> [Goal of the exercise]: Nothing but the lines below between the line holding "f 191 381 385" and the line holding "f 150 152 344", inclusive, should appear in the answer, each set down exactly.

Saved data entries
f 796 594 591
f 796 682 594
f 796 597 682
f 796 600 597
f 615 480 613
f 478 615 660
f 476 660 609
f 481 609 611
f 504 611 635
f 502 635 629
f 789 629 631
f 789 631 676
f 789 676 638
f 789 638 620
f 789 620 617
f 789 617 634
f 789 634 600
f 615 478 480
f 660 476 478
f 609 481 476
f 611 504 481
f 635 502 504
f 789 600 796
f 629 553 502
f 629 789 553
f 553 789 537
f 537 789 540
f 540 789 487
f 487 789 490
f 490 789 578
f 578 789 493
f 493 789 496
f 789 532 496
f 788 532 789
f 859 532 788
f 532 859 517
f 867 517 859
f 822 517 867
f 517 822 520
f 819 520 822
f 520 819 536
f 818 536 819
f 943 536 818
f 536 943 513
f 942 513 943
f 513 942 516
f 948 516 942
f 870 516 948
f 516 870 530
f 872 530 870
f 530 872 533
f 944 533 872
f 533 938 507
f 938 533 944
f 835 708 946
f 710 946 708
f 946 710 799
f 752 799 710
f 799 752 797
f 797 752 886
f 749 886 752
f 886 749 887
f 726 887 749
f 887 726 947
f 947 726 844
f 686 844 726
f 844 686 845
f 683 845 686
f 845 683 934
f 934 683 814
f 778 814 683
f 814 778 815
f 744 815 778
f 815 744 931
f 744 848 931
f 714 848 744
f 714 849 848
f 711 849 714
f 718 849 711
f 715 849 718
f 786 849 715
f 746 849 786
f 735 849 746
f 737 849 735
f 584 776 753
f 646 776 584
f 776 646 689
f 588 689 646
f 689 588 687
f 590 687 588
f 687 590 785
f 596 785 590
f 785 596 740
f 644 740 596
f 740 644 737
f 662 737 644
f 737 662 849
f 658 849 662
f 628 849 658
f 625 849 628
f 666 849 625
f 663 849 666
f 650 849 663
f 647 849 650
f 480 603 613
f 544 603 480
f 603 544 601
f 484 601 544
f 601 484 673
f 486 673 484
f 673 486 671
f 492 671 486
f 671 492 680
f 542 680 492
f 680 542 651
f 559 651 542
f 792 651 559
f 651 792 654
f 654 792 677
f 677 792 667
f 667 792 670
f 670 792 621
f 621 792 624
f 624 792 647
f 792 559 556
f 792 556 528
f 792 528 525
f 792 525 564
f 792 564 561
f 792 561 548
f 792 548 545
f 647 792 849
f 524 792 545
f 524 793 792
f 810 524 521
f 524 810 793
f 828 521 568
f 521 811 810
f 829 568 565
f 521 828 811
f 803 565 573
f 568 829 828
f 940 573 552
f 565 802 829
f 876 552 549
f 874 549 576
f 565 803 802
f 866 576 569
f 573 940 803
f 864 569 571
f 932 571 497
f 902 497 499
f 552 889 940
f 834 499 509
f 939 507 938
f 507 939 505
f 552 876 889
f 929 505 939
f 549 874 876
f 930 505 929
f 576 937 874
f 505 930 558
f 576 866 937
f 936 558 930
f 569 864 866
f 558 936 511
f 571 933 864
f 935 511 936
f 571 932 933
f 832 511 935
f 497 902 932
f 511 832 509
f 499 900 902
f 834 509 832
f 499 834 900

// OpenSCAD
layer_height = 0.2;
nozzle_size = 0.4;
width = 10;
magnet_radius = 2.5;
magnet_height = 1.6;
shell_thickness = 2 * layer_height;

--

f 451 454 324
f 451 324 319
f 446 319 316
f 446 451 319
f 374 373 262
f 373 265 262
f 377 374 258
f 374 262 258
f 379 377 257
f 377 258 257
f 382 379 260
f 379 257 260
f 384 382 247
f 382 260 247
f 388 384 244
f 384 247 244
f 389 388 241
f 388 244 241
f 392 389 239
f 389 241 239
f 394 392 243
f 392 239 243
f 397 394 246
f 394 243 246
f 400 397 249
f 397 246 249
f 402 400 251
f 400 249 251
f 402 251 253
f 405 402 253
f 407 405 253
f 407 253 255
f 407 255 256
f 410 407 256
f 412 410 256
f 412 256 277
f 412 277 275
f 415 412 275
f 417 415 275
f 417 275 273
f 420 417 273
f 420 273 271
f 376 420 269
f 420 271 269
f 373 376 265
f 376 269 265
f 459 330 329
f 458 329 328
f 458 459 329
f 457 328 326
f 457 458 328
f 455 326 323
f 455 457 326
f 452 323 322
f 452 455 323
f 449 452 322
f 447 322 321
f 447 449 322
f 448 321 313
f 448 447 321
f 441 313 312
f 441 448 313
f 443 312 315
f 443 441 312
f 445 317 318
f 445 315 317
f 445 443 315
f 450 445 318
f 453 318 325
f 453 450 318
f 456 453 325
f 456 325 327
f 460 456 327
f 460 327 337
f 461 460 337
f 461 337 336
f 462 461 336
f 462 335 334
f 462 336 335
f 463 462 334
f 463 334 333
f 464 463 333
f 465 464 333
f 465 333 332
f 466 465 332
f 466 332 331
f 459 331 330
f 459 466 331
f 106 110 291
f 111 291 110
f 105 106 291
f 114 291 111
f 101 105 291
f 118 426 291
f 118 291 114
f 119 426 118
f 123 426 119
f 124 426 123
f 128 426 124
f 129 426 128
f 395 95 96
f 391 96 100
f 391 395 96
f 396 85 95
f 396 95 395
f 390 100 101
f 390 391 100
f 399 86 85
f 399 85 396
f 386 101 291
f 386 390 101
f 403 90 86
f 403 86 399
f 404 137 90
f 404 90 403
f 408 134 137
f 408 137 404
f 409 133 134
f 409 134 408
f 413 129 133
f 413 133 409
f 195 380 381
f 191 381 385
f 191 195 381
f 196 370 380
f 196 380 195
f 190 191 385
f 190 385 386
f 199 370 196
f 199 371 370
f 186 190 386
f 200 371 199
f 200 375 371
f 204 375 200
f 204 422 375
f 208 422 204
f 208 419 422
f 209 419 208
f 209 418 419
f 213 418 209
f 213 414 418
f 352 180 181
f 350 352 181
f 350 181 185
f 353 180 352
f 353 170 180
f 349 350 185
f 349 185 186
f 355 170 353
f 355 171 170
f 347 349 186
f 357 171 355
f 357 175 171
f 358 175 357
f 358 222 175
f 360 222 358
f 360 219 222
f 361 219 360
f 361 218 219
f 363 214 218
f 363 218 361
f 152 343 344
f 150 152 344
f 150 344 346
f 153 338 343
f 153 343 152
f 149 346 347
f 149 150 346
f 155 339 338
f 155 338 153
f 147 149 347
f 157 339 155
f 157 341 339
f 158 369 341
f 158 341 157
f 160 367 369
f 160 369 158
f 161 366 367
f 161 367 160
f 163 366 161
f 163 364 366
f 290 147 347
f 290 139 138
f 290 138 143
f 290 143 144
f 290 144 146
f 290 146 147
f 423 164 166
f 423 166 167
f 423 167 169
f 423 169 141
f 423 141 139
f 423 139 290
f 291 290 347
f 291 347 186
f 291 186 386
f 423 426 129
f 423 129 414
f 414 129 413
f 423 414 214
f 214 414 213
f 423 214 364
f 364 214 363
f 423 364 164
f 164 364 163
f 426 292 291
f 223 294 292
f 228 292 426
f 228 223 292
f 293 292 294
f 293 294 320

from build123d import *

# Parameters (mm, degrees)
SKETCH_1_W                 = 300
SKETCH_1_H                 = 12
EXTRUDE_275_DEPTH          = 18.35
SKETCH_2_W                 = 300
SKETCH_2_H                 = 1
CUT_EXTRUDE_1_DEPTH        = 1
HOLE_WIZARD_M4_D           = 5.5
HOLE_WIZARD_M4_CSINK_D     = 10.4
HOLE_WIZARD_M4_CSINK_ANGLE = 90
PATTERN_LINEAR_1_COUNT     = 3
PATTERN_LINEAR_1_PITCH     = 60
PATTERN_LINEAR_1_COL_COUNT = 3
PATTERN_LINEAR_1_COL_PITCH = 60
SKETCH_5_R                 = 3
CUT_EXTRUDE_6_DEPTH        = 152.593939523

> [Exercise response]:
f 191 381 385
f 191 195 381
f 196 370 380
f 196 380 195
f 190 191 385
f 190 385 386
f 199 370 196
f 199 371 370
f 186 190 386
f 200 371 199
f 200 375 371
f 204 375 200
f 204 422 375
f 208 422 204
f 208 419 422
f 209 419 208
f 209 418 419
f 213 418 209
f 213 414 418
f 352 180 181
f 350 352 181
f 350 181 185
f 353 180 352
f 353 170 180
f 349 350 185
f 349 185 186
f 355 170 353
f 355 171 170
f 347 349 186
f 357 171 355
f 357 175 171
f 358 175 357
f 358 222 175
f 360 222 358
f 360 219 222
f 361 219 360
f 361 218 219
f 363 214 218
f 363 218 361
f 152 343 344
f 150 152 344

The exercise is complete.